Given records:
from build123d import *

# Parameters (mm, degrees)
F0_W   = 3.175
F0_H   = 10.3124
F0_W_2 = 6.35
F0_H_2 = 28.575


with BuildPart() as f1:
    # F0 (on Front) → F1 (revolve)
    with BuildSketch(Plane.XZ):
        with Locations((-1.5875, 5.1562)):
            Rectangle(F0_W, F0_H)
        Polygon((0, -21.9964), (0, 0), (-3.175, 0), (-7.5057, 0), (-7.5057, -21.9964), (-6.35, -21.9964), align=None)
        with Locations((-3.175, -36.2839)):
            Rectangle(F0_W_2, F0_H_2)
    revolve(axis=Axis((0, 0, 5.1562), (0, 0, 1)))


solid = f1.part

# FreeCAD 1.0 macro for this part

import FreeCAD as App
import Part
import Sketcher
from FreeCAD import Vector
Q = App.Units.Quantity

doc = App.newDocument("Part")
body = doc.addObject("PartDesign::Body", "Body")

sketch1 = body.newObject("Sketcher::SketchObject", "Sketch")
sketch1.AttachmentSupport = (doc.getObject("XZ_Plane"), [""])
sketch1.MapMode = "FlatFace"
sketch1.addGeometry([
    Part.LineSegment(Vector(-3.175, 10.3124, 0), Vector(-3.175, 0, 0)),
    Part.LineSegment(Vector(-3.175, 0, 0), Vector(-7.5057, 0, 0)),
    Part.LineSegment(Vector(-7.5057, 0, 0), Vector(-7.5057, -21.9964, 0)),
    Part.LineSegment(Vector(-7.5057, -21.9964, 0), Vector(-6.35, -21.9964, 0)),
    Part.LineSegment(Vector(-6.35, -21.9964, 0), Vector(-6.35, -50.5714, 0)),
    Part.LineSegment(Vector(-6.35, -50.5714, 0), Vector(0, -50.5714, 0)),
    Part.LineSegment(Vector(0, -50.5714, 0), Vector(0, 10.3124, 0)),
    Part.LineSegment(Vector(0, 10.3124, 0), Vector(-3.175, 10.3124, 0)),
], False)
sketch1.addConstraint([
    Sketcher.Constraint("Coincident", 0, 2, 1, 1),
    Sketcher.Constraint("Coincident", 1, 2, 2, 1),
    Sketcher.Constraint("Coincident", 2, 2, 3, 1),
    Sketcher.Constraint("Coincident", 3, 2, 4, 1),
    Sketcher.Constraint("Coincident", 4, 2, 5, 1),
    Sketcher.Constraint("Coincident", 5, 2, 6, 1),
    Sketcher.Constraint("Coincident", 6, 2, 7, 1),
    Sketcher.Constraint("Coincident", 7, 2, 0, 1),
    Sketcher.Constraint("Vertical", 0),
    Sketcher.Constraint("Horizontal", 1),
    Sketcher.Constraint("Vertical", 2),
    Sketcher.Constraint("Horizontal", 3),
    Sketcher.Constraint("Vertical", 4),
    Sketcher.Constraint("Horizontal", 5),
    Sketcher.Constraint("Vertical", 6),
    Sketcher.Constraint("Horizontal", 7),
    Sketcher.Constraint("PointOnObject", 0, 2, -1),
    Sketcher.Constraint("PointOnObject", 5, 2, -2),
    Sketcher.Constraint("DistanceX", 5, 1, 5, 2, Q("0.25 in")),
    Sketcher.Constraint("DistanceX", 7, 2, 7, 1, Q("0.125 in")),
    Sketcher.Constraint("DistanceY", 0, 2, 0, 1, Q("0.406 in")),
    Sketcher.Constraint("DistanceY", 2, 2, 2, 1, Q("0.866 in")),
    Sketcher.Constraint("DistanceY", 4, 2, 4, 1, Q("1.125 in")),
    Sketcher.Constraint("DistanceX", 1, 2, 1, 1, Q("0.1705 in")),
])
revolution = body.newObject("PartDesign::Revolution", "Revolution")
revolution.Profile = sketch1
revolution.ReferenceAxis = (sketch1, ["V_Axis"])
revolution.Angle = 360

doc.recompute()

* * *

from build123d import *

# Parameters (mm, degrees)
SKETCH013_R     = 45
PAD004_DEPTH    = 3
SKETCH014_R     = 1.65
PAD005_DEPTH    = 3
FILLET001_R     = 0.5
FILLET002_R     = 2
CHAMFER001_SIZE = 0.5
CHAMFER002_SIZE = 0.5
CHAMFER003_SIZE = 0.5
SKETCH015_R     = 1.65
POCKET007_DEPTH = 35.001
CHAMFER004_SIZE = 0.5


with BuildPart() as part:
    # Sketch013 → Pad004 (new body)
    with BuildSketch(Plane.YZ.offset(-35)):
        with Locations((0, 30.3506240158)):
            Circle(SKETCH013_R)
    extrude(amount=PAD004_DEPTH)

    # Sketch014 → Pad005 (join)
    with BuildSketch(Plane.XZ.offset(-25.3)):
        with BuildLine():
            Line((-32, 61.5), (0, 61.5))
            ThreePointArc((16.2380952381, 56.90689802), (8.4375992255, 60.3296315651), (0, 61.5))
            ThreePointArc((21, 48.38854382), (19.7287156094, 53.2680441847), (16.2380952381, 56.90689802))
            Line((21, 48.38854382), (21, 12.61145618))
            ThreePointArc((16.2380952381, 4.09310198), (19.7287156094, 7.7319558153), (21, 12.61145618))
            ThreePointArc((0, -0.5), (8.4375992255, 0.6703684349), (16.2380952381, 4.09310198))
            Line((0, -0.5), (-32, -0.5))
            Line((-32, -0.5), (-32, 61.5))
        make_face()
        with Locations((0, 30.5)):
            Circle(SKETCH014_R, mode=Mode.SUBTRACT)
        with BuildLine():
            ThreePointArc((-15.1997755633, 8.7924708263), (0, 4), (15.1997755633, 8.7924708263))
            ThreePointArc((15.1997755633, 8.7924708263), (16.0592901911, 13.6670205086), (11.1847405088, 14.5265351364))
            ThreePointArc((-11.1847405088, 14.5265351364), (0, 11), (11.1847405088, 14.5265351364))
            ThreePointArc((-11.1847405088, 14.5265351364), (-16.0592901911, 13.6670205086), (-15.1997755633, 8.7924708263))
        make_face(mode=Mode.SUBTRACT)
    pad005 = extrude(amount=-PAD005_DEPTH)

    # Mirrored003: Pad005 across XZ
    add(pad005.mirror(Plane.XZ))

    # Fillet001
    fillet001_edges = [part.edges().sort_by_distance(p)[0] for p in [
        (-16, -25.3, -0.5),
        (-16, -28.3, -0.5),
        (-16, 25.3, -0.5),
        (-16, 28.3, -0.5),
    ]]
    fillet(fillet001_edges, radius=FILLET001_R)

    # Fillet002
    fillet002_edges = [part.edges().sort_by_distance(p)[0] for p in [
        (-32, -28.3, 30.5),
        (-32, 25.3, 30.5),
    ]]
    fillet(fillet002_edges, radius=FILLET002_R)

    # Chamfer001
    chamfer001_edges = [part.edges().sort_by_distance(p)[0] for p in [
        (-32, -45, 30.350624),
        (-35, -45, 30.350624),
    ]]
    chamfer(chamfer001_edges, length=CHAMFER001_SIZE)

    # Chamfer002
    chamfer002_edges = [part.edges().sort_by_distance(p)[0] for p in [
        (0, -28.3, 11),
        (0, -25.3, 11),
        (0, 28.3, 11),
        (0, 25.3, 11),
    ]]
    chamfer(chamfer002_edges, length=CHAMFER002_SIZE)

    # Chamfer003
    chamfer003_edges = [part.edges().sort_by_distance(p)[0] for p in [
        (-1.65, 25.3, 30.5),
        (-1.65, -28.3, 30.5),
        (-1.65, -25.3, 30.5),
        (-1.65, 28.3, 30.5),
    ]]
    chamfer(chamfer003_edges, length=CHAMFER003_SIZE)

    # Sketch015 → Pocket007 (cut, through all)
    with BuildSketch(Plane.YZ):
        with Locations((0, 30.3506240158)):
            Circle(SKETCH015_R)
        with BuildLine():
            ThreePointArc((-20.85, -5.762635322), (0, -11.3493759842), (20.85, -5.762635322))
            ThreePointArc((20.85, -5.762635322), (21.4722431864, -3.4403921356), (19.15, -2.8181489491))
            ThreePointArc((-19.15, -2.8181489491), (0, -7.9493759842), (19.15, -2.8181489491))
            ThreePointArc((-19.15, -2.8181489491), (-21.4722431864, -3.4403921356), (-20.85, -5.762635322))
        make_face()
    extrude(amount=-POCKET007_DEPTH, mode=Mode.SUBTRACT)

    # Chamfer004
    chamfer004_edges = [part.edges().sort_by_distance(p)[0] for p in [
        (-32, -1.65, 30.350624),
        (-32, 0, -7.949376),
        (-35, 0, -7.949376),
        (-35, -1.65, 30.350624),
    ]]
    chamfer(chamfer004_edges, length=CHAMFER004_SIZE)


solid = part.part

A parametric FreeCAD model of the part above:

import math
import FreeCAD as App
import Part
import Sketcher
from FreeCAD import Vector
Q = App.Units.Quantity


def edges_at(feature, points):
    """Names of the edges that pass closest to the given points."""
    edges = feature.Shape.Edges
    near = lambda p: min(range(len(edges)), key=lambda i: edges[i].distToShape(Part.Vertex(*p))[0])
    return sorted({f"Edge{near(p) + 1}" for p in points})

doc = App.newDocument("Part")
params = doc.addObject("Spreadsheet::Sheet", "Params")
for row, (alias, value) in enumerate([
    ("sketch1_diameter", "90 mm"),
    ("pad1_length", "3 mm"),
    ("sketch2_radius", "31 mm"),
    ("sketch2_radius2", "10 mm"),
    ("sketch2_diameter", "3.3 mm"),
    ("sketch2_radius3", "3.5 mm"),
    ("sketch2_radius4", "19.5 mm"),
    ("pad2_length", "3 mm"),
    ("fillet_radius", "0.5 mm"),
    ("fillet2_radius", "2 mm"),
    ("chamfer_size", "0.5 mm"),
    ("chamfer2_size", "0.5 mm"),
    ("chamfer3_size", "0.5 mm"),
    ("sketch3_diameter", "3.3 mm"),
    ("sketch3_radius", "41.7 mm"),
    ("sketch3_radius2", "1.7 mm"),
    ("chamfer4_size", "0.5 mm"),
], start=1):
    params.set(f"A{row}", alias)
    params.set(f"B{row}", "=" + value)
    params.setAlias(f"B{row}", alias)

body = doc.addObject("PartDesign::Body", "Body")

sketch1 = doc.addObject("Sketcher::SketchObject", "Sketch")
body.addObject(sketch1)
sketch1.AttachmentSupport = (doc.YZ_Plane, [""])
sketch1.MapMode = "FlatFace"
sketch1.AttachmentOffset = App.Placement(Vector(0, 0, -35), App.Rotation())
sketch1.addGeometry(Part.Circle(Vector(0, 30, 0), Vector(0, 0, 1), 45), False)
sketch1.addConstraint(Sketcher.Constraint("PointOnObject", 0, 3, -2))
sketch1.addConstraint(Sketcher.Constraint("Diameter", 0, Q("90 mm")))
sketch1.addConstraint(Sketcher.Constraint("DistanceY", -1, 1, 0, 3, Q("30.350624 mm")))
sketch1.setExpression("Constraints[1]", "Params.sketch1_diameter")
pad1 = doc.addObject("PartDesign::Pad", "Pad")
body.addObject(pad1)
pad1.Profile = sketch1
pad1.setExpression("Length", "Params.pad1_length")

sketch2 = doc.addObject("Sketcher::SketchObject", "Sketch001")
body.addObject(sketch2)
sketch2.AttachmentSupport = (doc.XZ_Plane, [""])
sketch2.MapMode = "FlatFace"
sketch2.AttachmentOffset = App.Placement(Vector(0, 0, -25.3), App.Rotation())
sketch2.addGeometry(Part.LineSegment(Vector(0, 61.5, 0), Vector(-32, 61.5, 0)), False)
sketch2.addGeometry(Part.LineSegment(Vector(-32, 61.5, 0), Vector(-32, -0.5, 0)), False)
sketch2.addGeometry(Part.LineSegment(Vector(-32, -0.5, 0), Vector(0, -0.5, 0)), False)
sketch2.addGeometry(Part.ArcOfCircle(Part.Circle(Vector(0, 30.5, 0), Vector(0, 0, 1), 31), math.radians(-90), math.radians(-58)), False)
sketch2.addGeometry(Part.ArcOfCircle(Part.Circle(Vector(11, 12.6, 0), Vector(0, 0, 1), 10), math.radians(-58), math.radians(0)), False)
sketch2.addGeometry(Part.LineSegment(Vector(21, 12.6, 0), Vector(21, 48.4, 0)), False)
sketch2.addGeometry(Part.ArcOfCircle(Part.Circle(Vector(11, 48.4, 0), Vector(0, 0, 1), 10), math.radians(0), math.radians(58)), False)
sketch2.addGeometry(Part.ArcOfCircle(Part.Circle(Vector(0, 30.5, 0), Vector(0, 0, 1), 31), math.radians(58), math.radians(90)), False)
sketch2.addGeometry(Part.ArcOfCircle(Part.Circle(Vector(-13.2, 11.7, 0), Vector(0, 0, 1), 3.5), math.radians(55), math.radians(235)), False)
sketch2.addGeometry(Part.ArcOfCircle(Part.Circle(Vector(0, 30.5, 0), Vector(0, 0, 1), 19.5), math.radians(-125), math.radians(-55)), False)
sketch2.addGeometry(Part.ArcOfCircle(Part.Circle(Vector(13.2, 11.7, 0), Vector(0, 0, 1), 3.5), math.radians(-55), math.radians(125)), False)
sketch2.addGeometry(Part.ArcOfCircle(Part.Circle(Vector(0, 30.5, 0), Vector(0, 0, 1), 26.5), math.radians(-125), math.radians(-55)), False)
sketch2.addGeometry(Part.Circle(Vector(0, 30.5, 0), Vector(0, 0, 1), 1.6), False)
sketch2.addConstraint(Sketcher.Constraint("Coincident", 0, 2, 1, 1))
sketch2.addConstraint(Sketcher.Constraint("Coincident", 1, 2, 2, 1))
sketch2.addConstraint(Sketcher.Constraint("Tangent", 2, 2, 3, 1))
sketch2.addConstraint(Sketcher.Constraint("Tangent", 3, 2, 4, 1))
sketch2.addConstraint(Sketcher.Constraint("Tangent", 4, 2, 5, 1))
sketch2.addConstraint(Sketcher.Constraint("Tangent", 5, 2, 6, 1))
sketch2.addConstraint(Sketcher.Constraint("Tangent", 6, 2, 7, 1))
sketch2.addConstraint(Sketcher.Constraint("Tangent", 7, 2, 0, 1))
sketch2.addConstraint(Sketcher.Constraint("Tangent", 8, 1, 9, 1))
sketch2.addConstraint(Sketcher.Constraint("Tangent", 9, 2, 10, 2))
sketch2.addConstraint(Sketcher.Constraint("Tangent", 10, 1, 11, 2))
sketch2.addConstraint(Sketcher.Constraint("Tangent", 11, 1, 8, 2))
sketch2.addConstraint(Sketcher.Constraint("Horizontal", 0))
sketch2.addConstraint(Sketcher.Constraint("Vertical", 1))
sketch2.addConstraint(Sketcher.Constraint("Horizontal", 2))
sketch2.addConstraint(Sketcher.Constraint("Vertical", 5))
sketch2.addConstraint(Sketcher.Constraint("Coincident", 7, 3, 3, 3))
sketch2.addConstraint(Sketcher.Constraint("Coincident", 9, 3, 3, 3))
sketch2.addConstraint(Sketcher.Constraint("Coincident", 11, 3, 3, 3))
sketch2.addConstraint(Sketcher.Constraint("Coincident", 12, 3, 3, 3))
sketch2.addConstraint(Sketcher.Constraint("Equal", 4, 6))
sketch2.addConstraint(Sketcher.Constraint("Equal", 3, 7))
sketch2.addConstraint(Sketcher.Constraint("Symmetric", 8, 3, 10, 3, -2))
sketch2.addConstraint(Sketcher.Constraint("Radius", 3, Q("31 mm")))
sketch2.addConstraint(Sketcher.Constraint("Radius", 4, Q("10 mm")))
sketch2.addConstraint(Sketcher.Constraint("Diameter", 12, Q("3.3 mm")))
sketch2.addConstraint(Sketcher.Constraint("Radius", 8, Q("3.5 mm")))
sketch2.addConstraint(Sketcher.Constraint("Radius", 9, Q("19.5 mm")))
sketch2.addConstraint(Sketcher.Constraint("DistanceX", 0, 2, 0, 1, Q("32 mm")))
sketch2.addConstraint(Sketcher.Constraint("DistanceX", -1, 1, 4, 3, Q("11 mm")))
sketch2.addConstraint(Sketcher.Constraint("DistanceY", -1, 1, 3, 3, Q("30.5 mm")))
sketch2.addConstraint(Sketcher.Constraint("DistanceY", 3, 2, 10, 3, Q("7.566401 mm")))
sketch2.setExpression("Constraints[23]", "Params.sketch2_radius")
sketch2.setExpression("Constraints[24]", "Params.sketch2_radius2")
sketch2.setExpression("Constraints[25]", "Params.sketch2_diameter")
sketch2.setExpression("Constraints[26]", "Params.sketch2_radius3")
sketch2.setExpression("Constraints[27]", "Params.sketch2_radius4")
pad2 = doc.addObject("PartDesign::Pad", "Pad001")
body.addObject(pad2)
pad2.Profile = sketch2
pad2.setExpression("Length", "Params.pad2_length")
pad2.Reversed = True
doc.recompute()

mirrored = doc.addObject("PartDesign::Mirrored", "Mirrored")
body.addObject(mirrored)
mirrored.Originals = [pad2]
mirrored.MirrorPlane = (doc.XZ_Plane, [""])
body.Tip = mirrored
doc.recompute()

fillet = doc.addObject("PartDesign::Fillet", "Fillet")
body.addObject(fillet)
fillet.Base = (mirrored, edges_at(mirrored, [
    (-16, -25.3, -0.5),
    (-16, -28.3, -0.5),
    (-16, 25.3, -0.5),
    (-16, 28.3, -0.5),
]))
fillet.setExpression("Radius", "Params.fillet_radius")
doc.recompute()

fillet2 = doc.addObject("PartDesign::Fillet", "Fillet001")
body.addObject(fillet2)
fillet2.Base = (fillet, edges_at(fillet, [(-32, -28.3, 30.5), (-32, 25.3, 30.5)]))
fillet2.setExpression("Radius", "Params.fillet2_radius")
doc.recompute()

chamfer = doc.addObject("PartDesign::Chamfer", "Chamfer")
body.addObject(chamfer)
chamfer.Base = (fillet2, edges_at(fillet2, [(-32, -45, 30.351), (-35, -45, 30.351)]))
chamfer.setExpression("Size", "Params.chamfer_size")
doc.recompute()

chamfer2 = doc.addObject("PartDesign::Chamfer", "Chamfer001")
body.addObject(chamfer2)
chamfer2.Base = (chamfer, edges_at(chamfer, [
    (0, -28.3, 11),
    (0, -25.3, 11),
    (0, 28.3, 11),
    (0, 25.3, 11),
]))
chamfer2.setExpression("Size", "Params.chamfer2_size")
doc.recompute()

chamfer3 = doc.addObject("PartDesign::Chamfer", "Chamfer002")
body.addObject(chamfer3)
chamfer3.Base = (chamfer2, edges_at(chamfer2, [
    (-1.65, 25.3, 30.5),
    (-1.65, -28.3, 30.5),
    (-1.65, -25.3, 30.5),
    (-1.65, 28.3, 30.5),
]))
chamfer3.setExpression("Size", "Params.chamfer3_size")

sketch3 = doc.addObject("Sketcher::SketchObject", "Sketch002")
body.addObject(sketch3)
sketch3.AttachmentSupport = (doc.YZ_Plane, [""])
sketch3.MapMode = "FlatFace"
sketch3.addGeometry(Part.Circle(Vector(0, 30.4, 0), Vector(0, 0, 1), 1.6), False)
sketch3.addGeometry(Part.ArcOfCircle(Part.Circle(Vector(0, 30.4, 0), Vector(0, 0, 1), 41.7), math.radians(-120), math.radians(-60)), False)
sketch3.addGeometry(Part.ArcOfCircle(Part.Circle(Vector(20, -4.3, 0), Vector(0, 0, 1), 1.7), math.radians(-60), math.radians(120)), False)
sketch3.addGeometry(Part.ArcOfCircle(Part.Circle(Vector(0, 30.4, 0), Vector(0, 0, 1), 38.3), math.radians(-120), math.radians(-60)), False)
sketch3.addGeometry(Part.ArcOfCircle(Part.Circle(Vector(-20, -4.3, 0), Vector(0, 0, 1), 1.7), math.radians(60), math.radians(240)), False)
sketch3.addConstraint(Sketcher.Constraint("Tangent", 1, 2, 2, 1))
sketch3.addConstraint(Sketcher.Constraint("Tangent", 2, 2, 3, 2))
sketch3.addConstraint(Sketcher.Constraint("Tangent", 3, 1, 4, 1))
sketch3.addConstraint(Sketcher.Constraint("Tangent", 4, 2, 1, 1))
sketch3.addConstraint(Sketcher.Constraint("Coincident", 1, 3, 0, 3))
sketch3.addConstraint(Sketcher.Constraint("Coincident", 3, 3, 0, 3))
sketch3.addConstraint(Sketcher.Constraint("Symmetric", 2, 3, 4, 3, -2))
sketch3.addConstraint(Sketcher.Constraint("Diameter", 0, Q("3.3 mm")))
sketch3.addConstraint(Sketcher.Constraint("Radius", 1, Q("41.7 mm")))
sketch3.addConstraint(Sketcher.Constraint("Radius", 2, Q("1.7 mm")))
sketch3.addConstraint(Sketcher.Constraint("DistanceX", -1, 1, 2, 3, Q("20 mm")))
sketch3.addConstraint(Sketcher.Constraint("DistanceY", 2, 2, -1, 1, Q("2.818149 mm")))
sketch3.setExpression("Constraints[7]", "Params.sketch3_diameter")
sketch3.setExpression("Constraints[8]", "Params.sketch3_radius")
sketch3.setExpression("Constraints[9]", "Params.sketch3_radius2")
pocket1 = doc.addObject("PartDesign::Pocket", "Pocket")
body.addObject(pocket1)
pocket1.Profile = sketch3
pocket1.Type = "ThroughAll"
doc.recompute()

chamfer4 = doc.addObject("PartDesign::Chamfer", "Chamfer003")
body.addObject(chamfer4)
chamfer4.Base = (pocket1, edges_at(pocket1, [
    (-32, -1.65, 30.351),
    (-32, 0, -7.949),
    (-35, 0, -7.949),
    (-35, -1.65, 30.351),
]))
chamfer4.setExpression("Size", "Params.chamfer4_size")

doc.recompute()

Task prompt: Among the records above, only the lines between the line holding "CHAMFER001_SIZE = 0.5" and the line holding "7.7319558153), (21, 12.61145618))", inclusive, are to be output, exactly as written.

Reply:
CHAMFER001_SIZE = 0.5
CHAMFER002_SIZE = 0.5
CHAMFER003_SIZE = 0.5
SKETCH015_R     = 1.65
POCKET007_DEPTH = 35.001
CHAMFER004_SIZE = 0.5


with BuildPart() as part:
    # Sketch013 → Pad004 (new body)
    with BuildSketch(Plane.YZ.offset(-35)):
        with Locations((0, 30.3506240158)):
            Circle(SKETCH013_R)
    extrude(amount=PAD004_DEPTH)

    # Sketch014 → Pad005 (join)
    with BuildSketch(Plane.XZ.offset(-25.3)):
        with BuildLine():
            Line((-32, 61.5), (0, 61.5))
            ThreePointArc((16.2380952381, 56.90689802), (8.4375992255, 60.3296315651), (0, 61.5))
            ThreePointArc((21, 48.38854382), (19.7287156094, 53.2680441847), (16.2380952381, 56.90689802))
            Line((21, 48.38854382), (21, 12.61145618))
            ThreePointArc((16.2380952381, 4.09310198), (19.7287156094, 7.7319558153), (21, 12.61145618))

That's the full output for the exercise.